Sistem Resi Gudang yang disediakan pemerintah untuk membantu petani dalam upaya meningkatkan pendapatan petani memiliki beberapa manfaat, yaitu manfaat secara non ekonomi dan manfaat ekonomi. Manfaat non ekonomi yang dirasakan oleh petani yang memanfaatkan SRG adalah manfaat penyimpanan, manfaat jaminan mutu, manfaat pemasaran dan manfaat pembiayaan

Manfaat ekonomi yang dirasakan oleh petani adalah petani yang memanfaatkan SRG memperoleh harga jual yang lebih baik dibandingkan petani yang tidak memanfaatkan sistem resi gudang.
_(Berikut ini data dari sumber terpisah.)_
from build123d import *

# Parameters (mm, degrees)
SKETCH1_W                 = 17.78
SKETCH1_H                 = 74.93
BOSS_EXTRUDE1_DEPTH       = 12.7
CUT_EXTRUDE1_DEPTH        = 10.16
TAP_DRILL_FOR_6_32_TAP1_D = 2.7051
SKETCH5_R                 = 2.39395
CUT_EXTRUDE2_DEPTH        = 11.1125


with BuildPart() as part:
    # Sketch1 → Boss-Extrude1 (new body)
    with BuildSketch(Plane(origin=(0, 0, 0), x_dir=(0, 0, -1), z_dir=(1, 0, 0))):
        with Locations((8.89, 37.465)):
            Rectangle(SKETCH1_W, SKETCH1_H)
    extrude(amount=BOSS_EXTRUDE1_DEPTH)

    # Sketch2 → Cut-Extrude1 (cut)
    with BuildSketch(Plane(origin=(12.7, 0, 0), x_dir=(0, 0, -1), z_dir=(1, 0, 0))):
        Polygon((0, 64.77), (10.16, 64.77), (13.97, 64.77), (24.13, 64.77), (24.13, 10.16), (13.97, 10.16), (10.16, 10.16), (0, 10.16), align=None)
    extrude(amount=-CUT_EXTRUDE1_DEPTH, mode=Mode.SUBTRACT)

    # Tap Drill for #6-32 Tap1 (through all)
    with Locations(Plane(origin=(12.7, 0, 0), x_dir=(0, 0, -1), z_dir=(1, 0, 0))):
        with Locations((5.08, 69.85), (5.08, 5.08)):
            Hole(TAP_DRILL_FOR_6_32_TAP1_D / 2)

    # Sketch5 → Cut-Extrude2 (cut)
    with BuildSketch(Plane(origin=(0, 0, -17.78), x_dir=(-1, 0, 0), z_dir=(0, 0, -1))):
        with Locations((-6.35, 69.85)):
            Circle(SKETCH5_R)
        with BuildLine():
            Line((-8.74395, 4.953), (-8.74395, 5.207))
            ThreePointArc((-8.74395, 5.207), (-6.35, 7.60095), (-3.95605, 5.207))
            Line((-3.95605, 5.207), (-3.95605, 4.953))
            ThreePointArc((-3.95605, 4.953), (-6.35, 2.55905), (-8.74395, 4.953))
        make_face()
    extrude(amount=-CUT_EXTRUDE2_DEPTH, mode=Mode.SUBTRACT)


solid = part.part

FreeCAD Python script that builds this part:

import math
import FreeCAD as App
import Part
import Sketcher

V = App.Vector
Q = App.Units.Quantity


def add_polygon(sketch, points):
    """Adds a closed chain of lines whose ends are joined by coincident constraints."""
    first, n = sketch.GeometryCount, len(points)
    for a, b in zip(points, points[1:] + points[:1]):
        sketch.addGeometry(Part.LineSegment(App.Vector(*a, 0), App.Vector(*b, 0)), False)
    for i in range(n):
        sketch.addConstraint(Sketcher.Constraint("Coincident", first + i, 2, first + (i + 1) % n, 1))

doc = App.newDocument("Part")
body = doc.addObject("PartDesign::Body", "Body")

# Sketch on YZ plane
sketch1 = doc.addObject("Sketcher::SketchObject", "Sketch")
body.addObject(sketch1)
sketch1.AttachmentSupport = (doc.YZ_Plane, [""])
sketch1.MapMode = "FlatFace"
add_polygon(sketch1, [(75, 0), (0, 0), (0, -18), (75, -18)])  # lines 0-3
sketch1.addConstraint([
    Sketcher.Constraint("Horizontal", 0),
    Sketcher.Constraint("Vertical", 1),
    Sketcher.Constraint("Horizontal", 2),
    Sketcher.Constraint("Vertical", 3),
    Sketcher.Constraint("Coincident", 0, 2, -1, 1),
    Sketcher.Constraint("DistanceY", 1, 2, 1, 1, Q("0.7 in")),
    Sketcher.Constraint("DistanceX", 0, 2, 0, 1, Q("2.95 in")),
])
pad1 = doc.addObject("PartDesign::Pad", "Pad")
body.addObject(pad1)
pad1.Profile = sketch1
pad1.Length = Q("0.5 in")

# Sketch on YZ plane
sketch2 = doc.addObject("Sketcher::SketchObject", "Sketch001")
body.addObject(sketch2)
sketch2.AttachmentSupport = (doc.YZ_Plane, [""])
sketch2.MapMode = "FlatFace"
sketch2.AttachmentOffset = App.Placement(V(0, 0, 0.5 * 25.4), App.Rotation())
add_polygon(sketch2, [(65, -24), (65, 0), (10, 0), (10, -24)])  # lines 0-3
sketch2.addConstraint([
    Sketcher.Constraint("Vertical", 0),
    Sketcher.Constraint("Horizontal", 1),
    Sketcher.Constraint("Vertical", 2),
    Sketcher.Constraint("Horizontal", 3),
    Sketcher.Constraint("PointOnObject", 0, 2, -1),
    Sketcher.Constraint("DistanceX", 1, 2, 1, 1, Q("2.15 in")),
    Sketcher.Constraint("DistanceY", 0, 1, 0, 2, Q("0.95 in")),
    Sketcher.Constraint("DistanceX", -1, 1, 1, 2, Q("0.4 in")),
])
pocket1 = doc.addObject("PartDesign::Pocket", "Pocket")
body.addObject(pocket1)
pocket1.Profile = sketch2
pocket1.Length = Q("0.4 in")

# Sketch on YZ plane
sketch3 = doc.addObject("Sketcher::SketchObject", "Sketch002")
body.addObject(sketch3)
sketch3.AttachmentSupport = (doc.YZ_Plane, [""])
sketch3.MapMode = "FlatFace"
sketch3.AttachmentOffset = App.Placement(V(0, 0, 0.5 * 25.4), App.Rotation())
sketch3.addGeometry([
    Part.Circle(V(69.8, -5.1, 0), V(0, 0, 1), 1.4),
    Part.Circle(V(5.1, -5.1, 0), V(0, 0, 1), 1.4),
], False)
sketch3.addConstraint([
    Sketcher.Constraint("Equal", 0, 1),
    Sketcher.Constraint("Horizontal", 0, 3, 1, 3),
    Sketcher.Constraint("Diameter", 0, Q("0.1065 in")),
    Sketcher.Constraint("DistanceY", 0, 3, -1, 1, Q("0.2 in")),
    Sketcher.Constraint("DistanceX", -1, 1, 1, 3, Q("0.2 in")),
    Sketcher.Constraint("DistanceX", -1, 1, 0, 3, Q("2.75 in")),
])
doc.recompute()
hole = doc.addObject("PartDesign::Hole", "Hole")
body.addObject(hole)
hole.Profile = sketch3
hole.ThreadType = "None"
hole.Diameter = Q("0.1065 in")
hole.DepthType = "ThroughAll"

# Sketch on XY plane
sketch4 = doc.addObject("Sketcher::SketchObject", "Sketch003")
body.addObject(sketch4)
sketch4.AttachmentSupport = (doc.XY_Plane, [""])
sketch4.MapMode = "FlatFace"
sketch4.AttachmentOffset = App.Placement(V(0, 0, -0.7 * 25.4), App.Rotation())
sketch4.addGeometry([
    Part.Circle(V(6.35, 69.85, 0), V(0, 0, 1), 2.39),  # 0
    Part.LineSegment(V(8.74, 5.21, 0), V(8.74, 4.95, 0)),  # 1
    Part.ArcOfCircle(Part.Circle(V(6.35, 4.95, 0), V(0, 0, 1), 2.39), math.radians(180), math.radians(360)),  # 2
    Part.LineSegment(V(3.96, 4.95, 0), V(3.96, 5.21, 0)),  # 3
    Part.ArcOfCircle(Part.Circle(V(6.35, 5.21, 0), V(0, 0, 1), 2.39), math.radians(0), math.radians(180)),  # 4
], False)
sketch4.addConstraint([
    Sketcher.Constraint("Tangent", 1, 2, 2, 2),
    Sketcher.Constraint("Tangent", 2, 1, 3, 1),
    Sketcher.Constraint("Tangent", 3, 2, 4, 2),
    Sketcher.Constraint("Tangent", 4, 1, 1, 1),
    Sketcher.Constraint("Vertical", 1),
    Sketcher.Constraint("Vertical", 3),
    Sketcher.Constraint("Equal", 0, 2),
    Sketcher.Constraint("Vertical", 0, 3, 2, 3),
    Sketcher.Constraint("Diameter", 0, Q("0.1885 in")),
    Sketcher.Constraint("DistanceY", 1, 2, 1, 1, Q("0.01 in")),
    Sketcher.Constraint("DistanceX", -1, 1, 0, 3, Q("0.25 in")),
    Sketcher.Constraint("DistanceY", -1, 1, 0, 3, Q("2.75 in")),
    Sketcher.Constraint("DistanceY", -1, 1, 2, 3, Q("0.195 in")),
])
pocket2 = doc.addObject("PartDesign::Pocket", "Pocket001")
body.addObject(pocket2)
pocket2.Profile = sketch4
pocket2.Length = Q("0.4375 in")
pocket2.Reversed = True

doc.recompute()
Pendapatan atas biaya tunai per hektar per tahun yang diterima petani yang memanfaatkan SRG yaitu Rp 10.727.502,11 lebih besar daripada pendapatan atas biaya tunai per hektar per tahun yang diterima petani penyewa lahan yaitu Rp 7.626.303,5. Berdasarkan perhitungan pendapatan atas biaya total dapat disimpulkan pula bahwa pendapatan atas biaya total per hektar per tahun yang diterima petani yang memanfaatkan SRG yaitu sebesar Rp 9.815.895,51 lebih besar daripada pendapatan atas biaya total per hektar per tahun yang diterima petani konvensional yaitu sebesar Rp 6.864.010,22. Kegiatan usahatani yang dilakukan oleh petani yang memanfaatkan SRG lebih baik bila dibandingkan dengan petani konvensional.
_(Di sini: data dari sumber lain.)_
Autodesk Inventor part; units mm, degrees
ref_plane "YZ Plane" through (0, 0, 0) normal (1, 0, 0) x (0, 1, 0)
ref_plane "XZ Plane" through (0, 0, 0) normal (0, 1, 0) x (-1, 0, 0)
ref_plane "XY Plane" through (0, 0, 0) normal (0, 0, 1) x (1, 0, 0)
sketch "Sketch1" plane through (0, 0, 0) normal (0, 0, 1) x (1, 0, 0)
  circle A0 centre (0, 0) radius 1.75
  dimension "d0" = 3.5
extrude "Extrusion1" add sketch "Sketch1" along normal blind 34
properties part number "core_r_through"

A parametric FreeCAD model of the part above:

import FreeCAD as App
import Part
import Sketcher

V = App.Vector

doc = App.newDocument("Part")
body = doc.addObject("PartDesign::Body", "Body")

# Sketch on XY plane
sketch1 = doc.addObject("Sketcher::SketchObject", "Sketch")
body.addObject(sketch1)
sketch1.AttachmentSupport = (doc.XY_Plane, [""])
sketch1.MapMode = "FlatFace"
sketch1.addGeometry(Part.Circle(V(0, 0, 0), V(0, 0, 1), 1.8), False)
sketch1.addConstraint([
    Sketcher.Constraint("Coincident", 0, 3, -1, 1),
    Sketcher.Constraint("Diameter", 0, 3.5),
])
pad1 = doc.addObject("PartDesign::Pad", "Pad")
body.addObject(pad1)
pad1.Profile = sketch1
pad1.Length = 34

doc.recompute()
Nilai rasio R/C atas biaya tunai petani yang memanfaatkan SRG adalah 2,31 sedangkan nilai rasio R/C atas biaya tunai petani konvensional adalah 2,01. Untuk rasio R/C atas biaya total petani yang memanfaatkan SRG adalah 2,08 sedangkan nilai rasio R/C atas biaya total petani konvensional adalah 1,83.

Berdasarkan hasil penelitian, maka saran yang dapat diberikan untuk meningkatkan pendapatan usahatani petani di Gapoktan Jaya Tani di Desa Mangunjaya, Kecamatan Anjatan, Kabupaten Indramayu yaitu: (1) Mengikuti anjuran penyuluh pertanian lapang (PPL) agar mendapat kualitas padi yang baik, (2) Petani yang belum memanfaatkan SRG beralih memanfaatkan SRG, (3) meningkatkan peran pemerintah daerah Indramayu dalam mensosialisasikan program SRG, dan (4) Meningkatkan peran gapokttan dalam penerapan SRG agar petani kecil mampu memnuhi quota penyimpanan.